For the most part, just by reading what others are doing and experimenting. As long as the food is healthy you Hav should be fine.


----------



## Posh's Mom (Dec 20, 2007)

Okay would it mix it up enough to just mix a couple bags of kibble and have different flavors of wet added to each meal?


----------



## SaydeeMomma (Sep 9, 2008)

Dave T. -
I read that book in college, and even did a paper on it. Shockingly important stuff for pet owners. A must read.


----------



## SaydeeMomma (Sep 9, 2008)

Hey Amy

I don't know if mixing bags together would provide the kind of variety I was thinking of. I was imagining feeding a few bags of product A, then switching to product B, then C, then back to A, rotating maybe 3 or 4 different kibbles a year. 

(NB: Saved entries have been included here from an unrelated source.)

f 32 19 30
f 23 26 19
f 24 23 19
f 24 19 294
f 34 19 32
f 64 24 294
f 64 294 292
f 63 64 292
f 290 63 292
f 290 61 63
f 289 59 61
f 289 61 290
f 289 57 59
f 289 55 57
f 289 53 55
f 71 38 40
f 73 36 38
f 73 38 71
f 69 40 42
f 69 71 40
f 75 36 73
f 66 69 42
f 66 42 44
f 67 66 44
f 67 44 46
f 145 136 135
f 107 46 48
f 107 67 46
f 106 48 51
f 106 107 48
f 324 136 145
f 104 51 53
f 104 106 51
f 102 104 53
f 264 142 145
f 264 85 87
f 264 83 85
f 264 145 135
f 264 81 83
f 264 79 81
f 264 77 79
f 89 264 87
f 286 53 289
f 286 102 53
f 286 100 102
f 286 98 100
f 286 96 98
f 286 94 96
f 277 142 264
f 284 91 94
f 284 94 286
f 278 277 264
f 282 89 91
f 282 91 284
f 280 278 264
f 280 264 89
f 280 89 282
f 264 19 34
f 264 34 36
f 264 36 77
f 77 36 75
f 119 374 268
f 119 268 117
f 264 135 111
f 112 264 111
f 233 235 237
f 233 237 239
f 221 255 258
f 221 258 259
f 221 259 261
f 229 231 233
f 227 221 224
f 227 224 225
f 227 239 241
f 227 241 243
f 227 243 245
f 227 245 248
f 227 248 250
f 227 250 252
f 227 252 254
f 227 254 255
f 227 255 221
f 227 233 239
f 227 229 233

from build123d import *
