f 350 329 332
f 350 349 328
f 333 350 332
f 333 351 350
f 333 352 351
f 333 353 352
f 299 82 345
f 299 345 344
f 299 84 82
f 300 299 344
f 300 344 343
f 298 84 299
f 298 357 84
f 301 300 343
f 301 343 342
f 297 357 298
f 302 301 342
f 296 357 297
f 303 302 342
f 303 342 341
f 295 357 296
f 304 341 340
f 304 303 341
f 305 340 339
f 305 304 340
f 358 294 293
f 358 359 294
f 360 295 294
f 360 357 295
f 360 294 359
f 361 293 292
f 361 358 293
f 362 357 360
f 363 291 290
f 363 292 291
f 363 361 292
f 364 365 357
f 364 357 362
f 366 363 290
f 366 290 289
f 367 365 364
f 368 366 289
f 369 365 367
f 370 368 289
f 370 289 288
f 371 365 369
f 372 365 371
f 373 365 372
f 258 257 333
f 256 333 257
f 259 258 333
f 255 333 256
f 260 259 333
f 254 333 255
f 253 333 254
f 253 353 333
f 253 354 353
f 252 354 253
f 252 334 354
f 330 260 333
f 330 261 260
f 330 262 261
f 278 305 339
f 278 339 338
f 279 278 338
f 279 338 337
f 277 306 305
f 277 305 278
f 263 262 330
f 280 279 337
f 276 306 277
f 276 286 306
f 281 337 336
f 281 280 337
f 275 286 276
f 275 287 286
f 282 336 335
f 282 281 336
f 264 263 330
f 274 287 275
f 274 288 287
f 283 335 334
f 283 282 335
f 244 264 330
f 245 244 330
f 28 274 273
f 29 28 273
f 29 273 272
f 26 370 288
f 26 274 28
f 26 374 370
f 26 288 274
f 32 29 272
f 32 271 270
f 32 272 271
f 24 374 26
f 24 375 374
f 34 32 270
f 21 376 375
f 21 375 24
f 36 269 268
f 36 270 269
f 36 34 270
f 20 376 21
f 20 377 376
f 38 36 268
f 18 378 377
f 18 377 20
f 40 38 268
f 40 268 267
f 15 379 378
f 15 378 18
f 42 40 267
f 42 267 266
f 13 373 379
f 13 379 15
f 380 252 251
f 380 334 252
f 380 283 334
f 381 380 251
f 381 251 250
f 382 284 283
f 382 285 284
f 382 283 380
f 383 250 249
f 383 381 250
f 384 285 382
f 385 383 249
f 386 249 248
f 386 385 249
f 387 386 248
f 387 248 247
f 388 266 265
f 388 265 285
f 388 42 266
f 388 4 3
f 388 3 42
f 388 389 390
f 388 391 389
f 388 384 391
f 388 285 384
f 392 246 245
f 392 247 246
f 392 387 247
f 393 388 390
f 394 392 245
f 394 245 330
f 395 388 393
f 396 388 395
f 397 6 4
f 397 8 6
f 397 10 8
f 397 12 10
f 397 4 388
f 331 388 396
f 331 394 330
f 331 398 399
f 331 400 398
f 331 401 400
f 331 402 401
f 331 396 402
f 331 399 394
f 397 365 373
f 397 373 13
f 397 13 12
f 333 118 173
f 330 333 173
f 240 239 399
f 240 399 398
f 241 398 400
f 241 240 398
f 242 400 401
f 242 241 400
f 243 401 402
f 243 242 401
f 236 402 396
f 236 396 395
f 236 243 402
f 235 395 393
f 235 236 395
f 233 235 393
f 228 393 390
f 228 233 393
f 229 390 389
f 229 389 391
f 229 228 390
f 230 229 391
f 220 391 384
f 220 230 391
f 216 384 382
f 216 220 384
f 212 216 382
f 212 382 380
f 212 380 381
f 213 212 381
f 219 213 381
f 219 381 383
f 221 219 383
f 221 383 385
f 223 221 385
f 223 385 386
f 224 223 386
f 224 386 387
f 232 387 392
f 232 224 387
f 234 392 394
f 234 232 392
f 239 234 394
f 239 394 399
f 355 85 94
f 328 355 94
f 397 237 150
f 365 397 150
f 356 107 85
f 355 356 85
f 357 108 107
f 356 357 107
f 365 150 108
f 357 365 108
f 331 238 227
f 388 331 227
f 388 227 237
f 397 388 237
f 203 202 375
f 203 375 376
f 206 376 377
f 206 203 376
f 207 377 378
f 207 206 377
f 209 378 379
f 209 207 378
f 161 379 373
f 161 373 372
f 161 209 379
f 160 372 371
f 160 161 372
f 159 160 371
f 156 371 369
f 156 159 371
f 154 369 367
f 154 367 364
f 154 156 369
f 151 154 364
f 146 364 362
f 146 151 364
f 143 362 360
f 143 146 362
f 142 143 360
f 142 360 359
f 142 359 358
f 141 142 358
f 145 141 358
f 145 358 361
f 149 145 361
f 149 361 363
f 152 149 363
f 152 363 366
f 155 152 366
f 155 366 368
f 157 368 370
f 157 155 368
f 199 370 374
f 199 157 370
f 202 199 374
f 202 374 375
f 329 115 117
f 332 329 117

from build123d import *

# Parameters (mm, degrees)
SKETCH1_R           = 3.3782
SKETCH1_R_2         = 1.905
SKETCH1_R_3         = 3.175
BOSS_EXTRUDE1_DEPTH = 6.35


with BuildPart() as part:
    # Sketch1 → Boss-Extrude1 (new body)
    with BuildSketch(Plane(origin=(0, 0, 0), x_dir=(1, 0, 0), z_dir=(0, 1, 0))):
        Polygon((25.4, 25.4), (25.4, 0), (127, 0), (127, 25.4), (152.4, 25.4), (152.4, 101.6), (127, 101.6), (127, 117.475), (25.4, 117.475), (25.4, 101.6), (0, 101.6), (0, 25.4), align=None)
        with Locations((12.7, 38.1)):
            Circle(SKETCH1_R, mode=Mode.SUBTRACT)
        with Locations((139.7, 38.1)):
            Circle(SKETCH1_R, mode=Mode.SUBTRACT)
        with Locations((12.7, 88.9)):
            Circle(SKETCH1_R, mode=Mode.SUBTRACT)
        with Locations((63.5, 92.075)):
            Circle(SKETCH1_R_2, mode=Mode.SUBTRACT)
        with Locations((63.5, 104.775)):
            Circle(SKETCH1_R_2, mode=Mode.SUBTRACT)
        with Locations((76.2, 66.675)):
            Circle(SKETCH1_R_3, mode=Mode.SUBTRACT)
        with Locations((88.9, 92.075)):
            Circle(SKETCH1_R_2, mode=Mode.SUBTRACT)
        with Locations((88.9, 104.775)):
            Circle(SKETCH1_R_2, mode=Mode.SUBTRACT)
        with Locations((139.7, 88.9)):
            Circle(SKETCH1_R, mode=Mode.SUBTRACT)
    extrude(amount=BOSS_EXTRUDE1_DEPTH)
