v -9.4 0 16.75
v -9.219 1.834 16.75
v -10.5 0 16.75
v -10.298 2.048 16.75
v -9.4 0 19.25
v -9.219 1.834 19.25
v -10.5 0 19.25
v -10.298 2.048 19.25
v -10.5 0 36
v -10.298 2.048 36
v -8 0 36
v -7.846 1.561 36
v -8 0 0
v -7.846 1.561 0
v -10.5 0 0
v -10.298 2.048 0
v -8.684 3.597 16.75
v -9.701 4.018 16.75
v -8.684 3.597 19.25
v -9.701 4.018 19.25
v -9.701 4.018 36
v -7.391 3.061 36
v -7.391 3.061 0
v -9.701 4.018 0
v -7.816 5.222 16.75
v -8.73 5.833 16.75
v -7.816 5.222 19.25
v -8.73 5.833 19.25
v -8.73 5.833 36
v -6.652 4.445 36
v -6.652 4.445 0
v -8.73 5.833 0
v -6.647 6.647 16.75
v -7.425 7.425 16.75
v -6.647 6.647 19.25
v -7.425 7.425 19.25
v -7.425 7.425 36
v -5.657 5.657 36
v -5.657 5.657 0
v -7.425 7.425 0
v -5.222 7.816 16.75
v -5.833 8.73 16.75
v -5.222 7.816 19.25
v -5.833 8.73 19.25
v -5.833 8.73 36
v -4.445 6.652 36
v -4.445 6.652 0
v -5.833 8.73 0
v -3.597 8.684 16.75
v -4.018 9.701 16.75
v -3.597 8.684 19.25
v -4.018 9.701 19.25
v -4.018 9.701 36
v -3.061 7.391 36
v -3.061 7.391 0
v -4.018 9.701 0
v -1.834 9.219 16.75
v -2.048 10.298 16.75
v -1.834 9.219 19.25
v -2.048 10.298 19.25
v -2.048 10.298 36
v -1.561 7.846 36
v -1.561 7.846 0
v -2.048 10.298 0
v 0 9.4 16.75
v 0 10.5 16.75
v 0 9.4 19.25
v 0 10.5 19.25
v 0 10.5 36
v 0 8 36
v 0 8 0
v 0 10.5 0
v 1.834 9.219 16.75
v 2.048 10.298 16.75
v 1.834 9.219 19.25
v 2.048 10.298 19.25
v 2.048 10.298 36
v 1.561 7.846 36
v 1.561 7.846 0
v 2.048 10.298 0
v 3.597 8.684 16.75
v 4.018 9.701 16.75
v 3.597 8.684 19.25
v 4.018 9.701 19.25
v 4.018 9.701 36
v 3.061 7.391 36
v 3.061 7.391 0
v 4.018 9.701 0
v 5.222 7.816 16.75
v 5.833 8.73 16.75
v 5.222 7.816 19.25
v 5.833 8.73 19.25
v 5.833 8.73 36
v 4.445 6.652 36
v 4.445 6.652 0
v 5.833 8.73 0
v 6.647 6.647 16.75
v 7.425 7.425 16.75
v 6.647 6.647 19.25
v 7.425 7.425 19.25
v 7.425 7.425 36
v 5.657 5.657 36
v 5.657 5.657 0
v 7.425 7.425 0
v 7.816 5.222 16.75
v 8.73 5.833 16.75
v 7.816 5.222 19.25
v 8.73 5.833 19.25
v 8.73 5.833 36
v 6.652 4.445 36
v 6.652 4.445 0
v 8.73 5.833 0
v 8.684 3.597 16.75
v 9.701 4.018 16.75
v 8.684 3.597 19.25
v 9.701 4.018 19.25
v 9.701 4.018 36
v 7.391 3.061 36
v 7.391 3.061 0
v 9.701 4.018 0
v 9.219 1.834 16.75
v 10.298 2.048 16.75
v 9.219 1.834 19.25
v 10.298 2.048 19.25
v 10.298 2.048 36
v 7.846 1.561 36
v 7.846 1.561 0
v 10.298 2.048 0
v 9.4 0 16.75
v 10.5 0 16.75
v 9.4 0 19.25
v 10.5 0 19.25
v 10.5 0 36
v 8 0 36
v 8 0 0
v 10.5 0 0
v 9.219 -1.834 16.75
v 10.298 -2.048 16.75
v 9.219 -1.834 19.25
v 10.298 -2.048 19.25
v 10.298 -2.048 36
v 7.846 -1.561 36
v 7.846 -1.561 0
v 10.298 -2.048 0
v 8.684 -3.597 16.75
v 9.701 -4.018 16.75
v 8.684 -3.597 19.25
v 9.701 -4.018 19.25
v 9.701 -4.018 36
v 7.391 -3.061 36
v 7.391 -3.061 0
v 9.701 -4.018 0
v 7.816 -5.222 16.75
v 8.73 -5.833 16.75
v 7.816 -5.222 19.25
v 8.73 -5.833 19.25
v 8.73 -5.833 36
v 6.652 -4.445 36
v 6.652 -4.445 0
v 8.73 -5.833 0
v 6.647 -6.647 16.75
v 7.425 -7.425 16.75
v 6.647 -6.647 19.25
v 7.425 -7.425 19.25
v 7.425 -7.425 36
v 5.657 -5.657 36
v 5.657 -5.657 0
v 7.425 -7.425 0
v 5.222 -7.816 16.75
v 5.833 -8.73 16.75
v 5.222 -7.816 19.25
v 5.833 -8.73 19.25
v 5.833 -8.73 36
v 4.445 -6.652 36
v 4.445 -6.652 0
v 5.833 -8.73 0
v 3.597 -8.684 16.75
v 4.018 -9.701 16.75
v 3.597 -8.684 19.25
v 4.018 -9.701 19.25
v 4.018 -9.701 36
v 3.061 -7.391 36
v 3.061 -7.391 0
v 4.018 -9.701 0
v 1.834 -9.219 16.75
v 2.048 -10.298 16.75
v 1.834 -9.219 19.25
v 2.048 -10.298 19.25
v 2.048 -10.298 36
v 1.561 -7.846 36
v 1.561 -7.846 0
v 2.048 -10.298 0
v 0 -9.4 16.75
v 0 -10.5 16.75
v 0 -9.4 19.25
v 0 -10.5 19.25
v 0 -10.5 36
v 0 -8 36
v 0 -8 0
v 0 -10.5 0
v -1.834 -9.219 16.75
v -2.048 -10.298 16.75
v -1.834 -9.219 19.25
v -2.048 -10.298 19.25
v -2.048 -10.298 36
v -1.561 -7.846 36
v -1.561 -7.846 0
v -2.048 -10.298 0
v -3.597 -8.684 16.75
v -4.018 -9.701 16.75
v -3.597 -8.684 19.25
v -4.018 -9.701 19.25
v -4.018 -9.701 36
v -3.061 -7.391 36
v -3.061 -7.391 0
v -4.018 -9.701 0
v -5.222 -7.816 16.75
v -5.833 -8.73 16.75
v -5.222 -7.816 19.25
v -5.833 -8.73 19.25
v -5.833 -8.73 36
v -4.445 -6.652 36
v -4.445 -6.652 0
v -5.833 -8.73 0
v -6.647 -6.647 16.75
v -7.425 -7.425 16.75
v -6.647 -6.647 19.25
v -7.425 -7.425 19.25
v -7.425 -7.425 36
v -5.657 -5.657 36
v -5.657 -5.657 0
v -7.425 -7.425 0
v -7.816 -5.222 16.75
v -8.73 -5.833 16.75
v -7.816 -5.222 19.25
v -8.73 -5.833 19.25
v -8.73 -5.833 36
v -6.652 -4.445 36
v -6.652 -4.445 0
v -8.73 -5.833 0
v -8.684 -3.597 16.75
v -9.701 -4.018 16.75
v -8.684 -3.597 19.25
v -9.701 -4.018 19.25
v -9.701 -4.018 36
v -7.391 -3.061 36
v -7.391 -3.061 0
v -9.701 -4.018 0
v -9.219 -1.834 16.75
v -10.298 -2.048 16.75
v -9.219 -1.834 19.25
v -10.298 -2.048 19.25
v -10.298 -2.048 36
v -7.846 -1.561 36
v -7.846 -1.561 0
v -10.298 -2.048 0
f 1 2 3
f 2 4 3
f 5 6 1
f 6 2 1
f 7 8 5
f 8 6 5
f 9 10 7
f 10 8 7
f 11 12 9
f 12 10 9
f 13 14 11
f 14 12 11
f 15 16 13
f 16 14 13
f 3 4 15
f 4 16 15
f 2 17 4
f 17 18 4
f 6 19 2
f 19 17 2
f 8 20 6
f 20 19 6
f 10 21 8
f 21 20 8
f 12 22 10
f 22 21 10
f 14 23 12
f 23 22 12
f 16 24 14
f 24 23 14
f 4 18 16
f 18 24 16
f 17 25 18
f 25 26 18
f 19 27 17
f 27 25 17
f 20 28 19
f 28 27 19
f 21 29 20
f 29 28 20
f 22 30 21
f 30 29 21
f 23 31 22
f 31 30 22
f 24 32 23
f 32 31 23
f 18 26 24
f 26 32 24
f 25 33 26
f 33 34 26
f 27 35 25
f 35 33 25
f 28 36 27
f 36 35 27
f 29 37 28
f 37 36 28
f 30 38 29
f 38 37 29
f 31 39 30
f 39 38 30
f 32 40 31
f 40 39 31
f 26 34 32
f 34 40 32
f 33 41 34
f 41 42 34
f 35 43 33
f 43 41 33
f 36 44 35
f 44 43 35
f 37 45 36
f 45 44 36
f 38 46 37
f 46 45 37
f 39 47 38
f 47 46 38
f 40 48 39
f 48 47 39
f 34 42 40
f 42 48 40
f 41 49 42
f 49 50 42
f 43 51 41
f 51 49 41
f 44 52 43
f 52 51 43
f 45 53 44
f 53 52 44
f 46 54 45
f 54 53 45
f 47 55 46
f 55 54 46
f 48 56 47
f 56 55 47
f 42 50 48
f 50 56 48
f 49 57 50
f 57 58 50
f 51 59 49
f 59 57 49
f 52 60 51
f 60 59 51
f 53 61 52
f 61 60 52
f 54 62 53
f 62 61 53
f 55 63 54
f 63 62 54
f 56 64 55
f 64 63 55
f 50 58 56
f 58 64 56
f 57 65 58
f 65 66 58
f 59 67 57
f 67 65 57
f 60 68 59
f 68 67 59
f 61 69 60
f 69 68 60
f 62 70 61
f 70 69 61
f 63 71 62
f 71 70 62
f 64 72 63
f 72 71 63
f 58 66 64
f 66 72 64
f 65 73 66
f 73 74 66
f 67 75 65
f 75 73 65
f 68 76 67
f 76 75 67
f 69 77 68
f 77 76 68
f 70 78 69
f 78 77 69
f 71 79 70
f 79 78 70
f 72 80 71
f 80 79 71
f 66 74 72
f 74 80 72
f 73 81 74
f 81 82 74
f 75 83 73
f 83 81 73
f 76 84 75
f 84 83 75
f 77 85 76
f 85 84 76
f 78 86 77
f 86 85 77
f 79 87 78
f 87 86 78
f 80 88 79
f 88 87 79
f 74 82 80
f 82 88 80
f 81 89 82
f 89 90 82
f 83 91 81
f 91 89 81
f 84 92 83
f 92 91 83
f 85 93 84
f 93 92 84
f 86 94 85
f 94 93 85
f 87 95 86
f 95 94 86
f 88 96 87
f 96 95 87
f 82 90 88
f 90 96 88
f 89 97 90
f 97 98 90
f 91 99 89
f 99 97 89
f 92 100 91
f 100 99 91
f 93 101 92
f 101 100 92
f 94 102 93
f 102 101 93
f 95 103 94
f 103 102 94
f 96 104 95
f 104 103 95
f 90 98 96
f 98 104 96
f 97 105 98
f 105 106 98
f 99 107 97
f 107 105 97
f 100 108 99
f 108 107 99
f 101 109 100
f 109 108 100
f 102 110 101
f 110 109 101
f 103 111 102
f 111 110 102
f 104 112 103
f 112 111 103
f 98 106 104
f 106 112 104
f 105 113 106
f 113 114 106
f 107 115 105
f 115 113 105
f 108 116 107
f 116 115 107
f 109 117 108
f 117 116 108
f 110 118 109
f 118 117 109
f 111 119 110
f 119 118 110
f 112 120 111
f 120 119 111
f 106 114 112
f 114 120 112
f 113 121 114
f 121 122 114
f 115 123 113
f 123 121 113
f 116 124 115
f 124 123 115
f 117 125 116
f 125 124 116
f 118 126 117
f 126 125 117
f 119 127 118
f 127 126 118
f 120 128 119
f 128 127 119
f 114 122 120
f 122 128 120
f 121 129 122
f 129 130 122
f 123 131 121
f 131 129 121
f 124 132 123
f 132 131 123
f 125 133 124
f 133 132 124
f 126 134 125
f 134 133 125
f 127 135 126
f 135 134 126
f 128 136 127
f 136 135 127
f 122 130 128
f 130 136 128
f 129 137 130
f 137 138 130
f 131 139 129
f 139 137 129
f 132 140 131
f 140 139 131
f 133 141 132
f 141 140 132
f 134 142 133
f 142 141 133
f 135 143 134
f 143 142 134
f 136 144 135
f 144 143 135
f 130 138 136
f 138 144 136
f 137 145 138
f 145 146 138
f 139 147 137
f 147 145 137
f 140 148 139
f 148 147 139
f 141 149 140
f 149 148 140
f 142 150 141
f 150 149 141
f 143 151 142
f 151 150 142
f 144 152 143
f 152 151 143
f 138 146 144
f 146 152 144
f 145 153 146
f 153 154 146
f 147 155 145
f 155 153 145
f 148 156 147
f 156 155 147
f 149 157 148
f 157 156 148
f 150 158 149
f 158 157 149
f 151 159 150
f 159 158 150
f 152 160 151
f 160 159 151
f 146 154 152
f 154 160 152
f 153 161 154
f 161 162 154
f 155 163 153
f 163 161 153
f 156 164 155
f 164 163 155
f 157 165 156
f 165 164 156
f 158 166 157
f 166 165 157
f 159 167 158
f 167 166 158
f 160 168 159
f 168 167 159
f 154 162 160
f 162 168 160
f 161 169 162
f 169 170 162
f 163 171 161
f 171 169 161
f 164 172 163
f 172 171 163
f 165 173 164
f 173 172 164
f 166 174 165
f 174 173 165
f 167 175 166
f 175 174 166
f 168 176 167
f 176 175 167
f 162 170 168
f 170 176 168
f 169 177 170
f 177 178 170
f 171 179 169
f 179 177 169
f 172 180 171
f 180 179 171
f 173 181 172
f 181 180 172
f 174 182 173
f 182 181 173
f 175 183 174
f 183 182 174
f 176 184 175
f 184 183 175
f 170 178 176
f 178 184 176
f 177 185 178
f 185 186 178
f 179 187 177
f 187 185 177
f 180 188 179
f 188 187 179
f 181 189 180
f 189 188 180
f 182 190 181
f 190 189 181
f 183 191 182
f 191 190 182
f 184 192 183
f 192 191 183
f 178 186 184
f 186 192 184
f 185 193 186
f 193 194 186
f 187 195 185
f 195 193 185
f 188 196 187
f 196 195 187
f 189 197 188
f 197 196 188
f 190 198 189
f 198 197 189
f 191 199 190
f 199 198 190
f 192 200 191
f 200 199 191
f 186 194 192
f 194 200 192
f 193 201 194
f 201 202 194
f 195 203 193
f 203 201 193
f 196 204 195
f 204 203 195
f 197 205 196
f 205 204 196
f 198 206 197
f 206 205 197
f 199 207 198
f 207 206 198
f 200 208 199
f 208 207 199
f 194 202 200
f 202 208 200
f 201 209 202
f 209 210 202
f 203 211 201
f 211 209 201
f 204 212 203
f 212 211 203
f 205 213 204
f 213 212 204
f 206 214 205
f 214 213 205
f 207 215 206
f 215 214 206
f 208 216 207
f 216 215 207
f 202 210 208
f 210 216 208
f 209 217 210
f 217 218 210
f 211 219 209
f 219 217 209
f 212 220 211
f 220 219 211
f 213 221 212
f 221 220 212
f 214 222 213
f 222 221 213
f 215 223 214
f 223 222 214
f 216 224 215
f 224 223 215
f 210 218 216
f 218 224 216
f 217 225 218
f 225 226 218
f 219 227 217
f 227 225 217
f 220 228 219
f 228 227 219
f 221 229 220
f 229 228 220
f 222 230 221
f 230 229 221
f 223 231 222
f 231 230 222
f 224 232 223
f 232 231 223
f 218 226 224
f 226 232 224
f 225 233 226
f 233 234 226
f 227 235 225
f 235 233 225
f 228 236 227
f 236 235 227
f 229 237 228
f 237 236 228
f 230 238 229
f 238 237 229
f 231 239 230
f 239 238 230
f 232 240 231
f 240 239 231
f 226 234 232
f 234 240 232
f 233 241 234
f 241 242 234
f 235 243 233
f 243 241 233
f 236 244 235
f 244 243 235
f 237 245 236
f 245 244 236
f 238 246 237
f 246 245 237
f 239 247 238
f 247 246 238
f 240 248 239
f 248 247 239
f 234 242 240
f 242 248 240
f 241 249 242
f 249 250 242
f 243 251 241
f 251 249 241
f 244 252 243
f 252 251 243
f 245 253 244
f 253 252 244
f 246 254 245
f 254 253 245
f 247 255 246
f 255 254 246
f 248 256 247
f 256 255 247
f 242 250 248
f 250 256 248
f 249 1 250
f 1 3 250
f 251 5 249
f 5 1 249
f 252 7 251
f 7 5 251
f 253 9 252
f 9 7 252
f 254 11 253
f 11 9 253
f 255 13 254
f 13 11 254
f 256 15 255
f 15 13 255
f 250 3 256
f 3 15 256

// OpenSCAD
$fn = 32;

// ----------------------------------------------------------------------
// Grooved revolve: stepped, bore R8
// ----------------------------------------------------------------------

// --- parameters (mm) ---
bore_r = 8;               // bore radius
outer_r = 10.5;           // outer radius of the body
total_h = 36;             // overall height, Z
wall = 2.5;               // radial wall thickness
groove_w = 2.5;           // groove width
groove_d = 1.1;           // groove depth
grooves = 1;              // number of outer grooves

bbox_x = 2 * outer_r;  // full diameter
bore_d = 2 * bore_r;  // bore diameter
body_d = 2 * outer_r;  // body diameter
revolve_angle = 360;  // full turn around the Z axis

profile = [[8, 0], [10.5, 0], [10.5, 16.75], [9.4, 16.75], [9.4, 19.25], [10.5, 19.25], [10.5, 36], [8, 36]];  // primary outline, 8 points, counter clockwise

// --- the one profile operation ---
rotate_extrude(angle = revolve_angle) polygon(points = profile);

Of course the theory behind this is all just my uneducated opinion :biggrin1:
I just like the idea if there's something bad in one kibble, at least the pup is not exposed to it on a constant basis. Switching kibble would be a "cleansing" so to speak. Also, if product A is missing something, they might get it from product B. Considering the main ingredients, I may do a mainly chicken kibble, then beef, then lamb, etc. Possibly trying to cover all the bases by mixing products A, B & C may be a bit much - too many ingredients.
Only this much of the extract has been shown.